I thought it would be fun to build some concrete data product to explore this LLM-as-OS idea, and contrast it with the existing state of the art. The idea: a ways back I’d written a python library called tenforty, that in turn uses a wonderful open source package called Open Tax Solver, to explore some tax scenarios we were dealing with. I’d never written it up, and thought someday I’d make a webapp from it to share. This seemed like a nice opportunity to try building something as a newfangled LLM-OS app: an AI tax advisor.

tenforty turns tax form calculations into python function calls, which makes it easy to evaluate one return, or many hypothetical returns. This latter what-if aspect was the main itch I was aiming to scratch with the library: What if we sold this stock over two years rather than one? What would happen to our tax bracket if we maxed out our 401Ks? To answer questions like this in TurboTax felt Sisyphean; write down tax amount, back-back-back, tweak input, forward-forward-forward, write down tax amount…¹ (There’s more about tenforty per se in an appendix.)
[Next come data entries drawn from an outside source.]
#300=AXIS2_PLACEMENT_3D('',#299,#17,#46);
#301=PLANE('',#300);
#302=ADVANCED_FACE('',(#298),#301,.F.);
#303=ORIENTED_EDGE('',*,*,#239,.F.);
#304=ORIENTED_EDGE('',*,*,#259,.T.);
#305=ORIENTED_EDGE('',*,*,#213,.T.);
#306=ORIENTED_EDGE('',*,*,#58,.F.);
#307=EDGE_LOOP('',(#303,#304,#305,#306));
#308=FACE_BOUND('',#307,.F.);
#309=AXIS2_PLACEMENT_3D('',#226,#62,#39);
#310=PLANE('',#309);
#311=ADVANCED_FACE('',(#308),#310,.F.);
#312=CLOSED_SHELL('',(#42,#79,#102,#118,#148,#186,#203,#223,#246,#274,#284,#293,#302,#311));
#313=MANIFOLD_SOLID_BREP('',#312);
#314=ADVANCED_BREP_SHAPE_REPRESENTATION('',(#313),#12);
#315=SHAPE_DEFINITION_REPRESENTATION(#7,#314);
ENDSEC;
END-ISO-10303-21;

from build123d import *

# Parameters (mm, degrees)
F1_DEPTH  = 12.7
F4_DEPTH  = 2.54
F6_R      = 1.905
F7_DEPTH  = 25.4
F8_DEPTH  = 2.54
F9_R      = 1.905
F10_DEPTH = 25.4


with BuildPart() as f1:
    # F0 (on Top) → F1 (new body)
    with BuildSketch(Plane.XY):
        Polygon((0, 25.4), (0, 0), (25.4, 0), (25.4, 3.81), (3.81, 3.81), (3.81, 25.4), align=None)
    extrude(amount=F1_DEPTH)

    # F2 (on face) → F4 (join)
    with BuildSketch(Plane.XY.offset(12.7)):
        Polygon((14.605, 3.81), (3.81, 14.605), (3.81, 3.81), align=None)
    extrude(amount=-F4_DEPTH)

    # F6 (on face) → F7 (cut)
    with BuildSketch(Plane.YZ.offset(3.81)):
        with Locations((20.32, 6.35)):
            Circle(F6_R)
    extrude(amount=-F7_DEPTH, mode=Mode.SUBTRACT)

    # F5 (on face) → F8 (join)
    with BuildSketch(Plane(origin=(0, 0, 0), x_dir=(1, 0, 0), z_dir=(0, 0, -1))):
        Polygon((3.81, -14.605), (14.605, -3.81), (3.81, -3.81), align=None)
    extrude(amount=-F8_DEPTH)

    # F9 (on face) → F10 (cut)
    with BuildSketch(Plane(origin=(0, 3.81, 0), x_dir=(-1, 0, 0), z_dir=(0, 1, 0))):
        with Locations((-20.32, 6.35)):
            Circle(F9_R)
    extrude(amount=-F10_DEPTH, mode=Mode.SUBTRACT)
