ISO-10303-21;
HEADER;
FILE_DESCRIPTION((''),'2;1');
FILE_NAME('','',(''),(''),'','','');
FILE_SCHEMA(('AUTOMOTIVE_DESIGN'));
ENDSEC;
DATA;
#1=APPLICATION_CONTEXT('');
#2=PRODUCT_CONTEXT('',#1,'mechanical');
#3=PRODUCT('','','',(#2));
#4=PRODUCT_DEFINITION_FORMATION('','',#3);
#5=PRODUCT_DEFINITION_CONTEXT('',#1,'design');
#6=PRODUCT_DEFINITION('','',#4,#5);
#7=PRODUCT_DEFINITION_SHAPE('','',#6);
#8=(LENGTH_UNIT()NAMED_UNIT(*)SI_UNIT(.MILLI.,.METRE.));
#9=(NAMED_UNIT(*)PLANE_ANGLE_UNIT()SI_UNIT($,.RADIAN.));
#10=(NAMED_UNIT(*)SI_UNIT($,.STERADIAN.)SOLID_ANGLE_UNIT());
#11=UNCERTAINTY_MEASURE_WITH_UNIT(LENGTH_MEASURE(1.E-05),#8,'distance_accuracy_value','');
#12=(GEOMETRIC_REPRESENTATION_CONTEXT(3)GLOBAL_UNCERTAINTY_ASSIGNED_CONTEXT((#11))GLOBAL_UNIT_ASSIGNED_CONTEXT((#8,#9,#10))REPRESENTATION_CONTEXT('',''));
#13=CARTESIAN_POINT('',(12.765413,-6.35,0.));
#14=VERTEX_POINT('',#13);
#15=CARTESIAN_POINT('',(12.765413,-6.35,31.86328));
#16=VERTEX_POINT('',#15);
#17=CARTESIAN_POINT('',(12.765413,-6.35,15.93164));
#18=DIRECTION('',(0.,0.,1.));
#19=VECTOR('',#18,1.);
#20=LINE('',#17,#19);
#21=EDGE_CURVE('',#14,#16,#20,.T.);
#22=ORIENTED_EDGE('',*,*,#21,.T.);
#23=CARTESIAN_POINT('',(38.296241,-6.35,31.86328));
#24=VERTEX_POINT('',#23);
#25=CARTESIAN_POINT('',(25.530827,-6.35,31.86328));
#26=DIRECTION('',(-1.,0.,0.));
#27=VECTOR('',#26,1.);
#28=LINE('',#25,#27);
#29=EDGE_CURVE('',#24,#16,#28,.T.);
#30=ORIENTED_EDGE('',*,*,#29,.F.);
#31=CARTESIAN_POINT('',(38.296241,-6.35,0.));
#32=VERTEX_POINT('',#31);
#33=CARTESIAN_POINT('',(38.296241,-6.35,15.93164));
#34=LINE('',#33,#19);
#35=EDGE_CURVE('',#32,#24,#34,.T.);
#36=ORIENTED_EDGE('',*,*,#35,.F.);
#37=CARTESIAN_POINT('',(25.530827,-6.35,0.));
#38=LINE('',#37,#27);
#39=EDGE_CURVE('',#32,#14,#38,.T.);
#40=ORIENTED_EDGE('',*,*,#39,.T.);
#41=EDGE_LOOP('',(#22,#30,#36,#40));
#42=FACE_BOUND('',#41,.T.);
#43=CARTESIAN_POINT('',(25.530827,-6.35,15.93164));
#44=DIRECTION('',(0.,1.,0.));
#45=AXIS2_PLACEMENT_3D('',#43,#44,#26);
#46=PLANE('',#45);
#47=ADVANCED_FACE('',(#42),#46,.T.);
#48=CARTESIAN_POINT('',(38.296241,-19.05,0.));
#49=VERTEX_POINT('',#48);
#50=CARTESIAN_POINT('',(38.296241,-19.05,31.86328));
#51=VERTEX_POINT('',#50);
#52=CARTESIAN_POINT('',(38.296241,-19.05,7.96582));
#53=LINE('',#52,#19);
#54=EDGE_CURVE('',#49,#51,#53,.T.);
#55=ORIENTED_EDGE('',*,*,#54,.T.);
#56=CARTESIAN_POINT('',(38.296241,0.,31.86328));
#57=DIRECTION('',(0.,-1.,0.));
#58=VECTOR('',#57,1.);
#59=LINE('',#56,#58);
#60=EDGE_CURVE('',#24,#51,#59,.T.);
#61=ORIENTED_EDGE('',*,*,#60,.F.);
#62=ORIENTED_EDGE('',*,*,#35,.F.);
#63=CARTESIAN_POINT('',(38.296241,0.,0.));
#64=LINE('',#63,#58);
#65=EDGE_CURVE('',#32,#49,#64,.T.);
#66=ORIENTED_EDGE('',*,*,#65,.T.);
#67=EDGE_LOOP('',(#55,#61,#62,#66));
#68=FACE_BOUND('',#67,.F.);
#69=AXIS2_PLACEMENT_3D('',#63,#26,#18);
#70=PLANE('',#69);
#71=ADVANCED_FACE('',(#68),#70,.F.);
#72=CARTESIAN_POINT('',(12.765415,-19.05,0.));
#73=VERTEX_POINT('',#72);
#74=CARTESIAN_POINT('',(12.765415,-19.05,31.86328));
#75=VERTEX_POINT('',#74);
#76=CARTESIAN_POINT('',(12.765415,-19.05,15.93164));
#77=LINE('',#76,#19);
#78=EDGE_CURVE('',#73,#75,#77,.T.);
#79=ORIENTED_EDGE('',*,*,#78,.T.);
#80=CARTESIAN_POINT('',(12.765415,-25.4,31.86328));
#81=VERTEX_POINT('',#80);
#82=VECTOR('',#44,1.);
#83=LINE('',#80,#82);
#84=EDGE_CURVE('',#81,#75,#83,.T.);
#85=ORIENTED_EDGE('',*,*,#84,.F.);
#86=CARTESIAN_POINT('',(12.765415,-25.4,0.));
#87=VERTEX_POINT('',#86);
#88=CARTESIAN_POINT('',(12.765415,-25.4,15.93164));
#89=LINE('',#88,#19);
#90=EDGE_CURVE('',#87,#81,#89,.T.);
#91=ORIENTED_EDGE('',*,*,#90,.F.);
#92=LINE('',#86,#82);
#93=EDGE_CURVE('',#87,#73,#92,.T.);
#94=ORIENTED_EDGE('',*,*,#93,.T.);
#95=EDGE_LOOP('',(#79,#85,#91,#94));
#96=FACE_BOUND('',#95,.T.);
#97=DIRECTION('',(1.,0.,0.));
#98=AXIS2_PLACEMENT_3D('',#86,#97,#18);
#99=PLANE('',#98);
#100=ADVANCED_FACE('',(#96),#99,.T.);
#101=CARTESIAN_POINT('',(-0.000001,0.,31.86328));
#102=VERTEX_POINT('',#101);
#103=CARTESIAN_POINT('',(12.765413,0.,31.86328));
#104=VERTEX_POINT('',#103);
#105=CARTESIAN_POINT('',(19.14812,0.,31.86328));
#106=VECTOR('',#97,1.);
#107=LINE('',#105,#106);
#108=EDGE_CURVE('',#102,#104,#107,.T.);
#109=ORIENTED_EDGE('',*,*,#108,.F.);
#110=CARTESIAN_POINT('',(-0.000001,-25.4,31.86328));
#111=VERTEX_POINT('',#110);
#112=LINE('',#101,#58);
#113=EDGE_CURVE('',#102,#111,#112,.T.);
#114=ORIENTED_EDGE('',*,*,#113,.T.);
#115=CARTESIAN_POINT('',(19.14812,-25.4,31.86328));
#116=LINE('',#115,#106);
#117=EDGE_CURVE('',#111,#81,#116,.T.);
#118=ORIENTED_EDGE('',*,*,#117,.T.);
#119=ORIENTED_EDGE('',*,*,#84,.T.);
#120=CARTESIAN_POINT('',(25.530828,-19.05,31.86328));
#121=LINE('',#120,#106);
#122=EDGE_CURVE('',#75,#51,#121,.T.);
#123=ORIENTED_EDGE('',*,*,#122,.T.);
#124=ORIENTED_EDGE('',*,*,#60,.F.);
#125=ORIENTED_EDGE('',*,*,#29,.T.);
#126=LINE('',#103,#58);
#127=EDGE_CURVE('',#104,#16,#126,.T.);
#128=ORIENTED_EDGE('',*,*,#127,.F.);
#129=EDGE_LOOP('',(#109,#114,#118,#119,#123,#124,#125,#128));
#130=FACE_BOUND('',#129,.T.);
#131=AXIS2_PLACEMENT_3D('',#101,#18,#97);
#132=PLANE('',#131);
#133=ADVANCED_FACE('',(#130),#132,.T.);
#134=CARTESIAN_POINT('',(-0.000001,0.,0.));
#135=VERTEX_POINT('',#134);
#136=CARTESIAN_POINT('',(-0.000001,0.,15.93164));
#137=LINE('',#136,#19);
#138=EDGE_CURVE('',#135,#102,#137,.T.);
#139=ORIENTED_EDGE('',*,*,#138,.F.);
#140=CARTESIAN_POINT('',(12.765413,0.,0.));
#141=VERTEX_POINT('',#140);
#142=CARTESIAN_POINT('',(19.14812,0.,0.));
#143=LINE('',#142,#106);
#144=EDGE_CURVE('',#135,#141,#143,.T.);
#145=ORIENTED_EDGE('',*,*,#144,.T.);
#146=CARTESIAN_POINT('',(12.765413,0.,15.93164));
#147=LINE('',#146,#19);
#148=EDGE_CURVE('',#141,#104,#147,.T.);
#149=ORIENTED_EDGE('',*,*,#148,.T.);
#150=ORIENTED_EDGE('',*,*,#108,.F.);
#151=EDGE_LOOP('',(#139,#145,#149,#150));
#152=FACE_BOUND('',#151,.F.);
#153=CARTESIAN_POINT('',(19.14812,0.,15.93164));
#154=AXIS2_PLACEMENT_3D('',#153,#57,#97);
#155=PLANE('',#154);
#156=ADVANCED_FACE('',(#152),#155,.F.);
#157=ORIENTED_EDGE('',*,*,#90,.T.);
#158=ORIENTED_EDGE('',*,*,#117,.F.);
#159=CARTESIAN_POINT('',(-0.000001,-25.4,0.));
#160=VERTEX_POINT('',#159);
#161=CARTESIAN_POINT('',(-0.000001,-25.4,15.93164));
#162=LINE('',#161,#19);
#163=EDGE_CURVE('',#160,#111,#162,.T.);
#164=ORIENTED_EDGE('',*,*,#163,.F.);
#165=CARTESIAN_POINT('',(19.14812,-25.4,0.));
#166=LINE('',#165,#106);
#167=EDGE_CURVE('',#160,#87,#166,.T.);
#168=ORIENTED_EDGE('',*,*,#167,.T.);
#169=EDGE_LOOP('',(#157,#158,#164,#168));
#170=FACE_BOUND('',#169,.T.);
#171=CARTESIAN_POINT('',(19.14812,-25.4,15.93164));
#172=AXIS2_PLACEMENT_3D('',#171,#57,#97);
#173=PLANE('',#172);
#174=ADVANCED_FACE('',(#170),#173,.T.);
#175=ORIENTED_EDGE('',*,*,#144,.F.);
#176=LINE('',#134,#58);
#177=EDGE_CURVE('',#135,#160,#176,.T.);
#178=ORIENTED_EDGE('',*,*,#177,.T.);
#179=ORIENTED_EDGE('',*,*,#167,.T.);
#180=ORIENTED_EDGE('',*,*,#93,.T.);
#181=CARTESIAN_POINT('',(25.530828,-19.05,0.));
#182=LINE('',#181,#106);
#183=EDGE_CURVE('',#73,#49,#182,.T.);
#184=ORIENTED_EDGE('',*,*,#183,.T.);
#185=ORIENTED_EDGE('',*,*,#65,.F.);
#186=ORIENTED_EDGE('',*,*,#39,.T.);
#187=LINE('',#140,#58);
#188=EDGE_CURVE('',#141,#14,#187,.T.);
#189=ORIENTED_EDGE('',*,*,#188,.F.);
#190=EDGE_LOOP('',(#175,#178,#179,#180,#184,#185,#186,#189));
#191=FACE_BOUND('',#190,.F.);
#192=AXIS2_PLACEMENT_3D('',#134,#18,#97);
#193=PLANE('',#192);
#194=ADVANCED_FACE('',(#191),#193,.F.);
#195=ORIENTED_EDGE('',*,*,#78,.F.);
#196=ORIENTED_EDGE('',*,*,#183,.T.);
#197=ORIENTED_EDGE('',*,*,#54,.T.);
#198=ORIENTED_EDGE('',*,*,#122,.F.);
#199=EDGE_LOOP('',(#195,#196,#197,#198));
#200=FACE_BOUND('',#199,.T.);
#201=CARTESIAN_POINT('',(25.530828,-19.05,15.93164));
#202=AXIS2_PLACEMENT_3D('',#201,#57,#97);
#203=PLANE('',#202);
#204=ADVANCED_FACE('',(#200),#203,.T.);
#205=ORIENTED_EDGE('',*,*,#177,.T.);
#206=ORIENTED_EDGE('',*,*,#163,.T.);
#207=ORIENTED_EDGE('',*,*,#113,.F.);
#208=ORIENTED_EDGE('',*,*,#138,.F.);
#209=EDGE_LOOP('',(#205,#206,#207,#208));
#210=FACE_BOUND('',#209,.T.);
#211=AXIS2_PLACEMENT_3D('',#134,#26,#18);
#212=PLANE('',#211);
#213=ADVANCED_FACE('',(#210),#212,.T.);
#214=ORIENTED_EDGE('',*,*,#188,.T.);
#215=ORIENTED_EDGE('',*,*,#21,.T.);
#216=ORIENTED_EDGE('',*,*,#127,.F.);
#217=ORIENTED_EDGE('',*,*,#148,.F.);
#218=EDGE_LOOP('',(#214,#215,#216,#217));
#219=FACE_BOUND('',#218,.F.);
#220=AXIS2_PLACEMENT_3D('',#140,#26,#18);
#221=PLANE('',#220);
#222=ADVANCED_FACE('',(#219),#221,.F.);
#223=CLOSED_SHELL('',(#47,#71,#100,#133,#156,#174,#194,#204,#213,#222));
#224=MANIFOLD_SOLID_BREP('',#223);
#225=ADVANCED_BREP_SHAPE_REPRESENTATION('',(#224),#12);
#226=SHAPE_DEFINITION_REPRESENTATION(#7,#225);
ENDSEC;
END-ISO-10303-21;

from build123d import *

# Parameters (mm, degrees)
F0_W     = 38.296241
F0_H     = 31.86328
F1_DEPTH = 25.4
F2_W     = 25.530826
F2_H     = 31.86328
F3_DEPTH = 6.35
F4_W     = 25.530827
F4_H     = 31.86328
F5_DEPTH = 6.35


with BuildPart() as f1:
    # F0 (on Front) → F1 (new body)
    with BuildSketch(Plane.XZ):
        with Locations((19.14812, 15.93164)):
            Rectangle(F0_W, F0_H)
    extrude(amount=F1_DEPTH)

    # F2 (on face) → F3 (cut)
    with BuildSketch(Plane.XZ.offset(25.4)):
        with Locations((25.530828, 15.93164)):
            Rectangle(F2_W, F2_H)
    extrude(amount=-F3_DEPTH, mode=Mode.SUBTRACT)

    # F4 (on face) → F5 (cut)
    with BuildSketch(Plane(origin=(0, 0, 0), x_dir=(-1, 0, 0), z_dir=(0, 1, 0))):
        with Locations((-25.530827, 15.93164)):
            Rectangle(F4_W, F4_H)
    extrude(amount=-F5_DEPTH, mode=Mode.SUBTRACT)


solid = f1.part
Before LLMs appeared, to build a webapp for these what-ifs, I might have researched common tax scenarios beyond our own that tenforty could help with, and built a kind of calculator app to anticipate those cases, perhaps like SmartAsset’s tax overview page.

In 2024, if we let the LLM be the UX, then building the app becomes less, and different, work. In some sense the user will just bring their own scenario, and the app doesn’t need to anticipate it. These were the steps:

Build a tiny web service that exposes the main functions from tenforty as endpoints. We used FastAPI.
Configure the custom GPT on OpenAI:
- Come up with a name: Tax Driver²
- Write the GPT’s prompt. We link a copy of it here.
- Configure a GPT “Action” that provides the details of the endpoints. Since FastAPI autogenerates OpenAPI specifications (ref), this was mainly pasting in that spec.
- Write a few example prompts to illustrate the kinds of things it can do.
- (Revise the GPT prompt to address unexpected behavior… 🤦🏼‍♂️)

If you have a paid ChatGPT+ account you can try out Tax Driver right here. The privacy policy is linked from the GPT, and also here; the upshot is that the backing web service is set up as a pure calculator, and logs only which endpoint was called, and when it was called by OpenAI’s servers. Note that independently of ChatGPT+, you can also play with tenforty directly using the included Colab notebook.

What Did We Learn?

Tax Driver does a bunch of things well:

From minimal input, as in the example screenshot here, it reliably defers to the Action to evaluate the scenario. We’ve gotten used to GPT-4’s natural-language abilities over the past year or so, but they really are stunning. (Note: images enlarge if clicked/tapped.)
It is game to at least try to evaluate essentially any tax scenario you might find yourself faced with, combining its knowledge base with the specific calculations enabled by tenforty. I would never have been able to match that breadth with a set of canned scenario calculators. Here’s another example that’s gone reasonably well, if one thinks of AMT as “the excess tax over the regular tax due to the AMT calculation” as it’s sometimes discussed informally.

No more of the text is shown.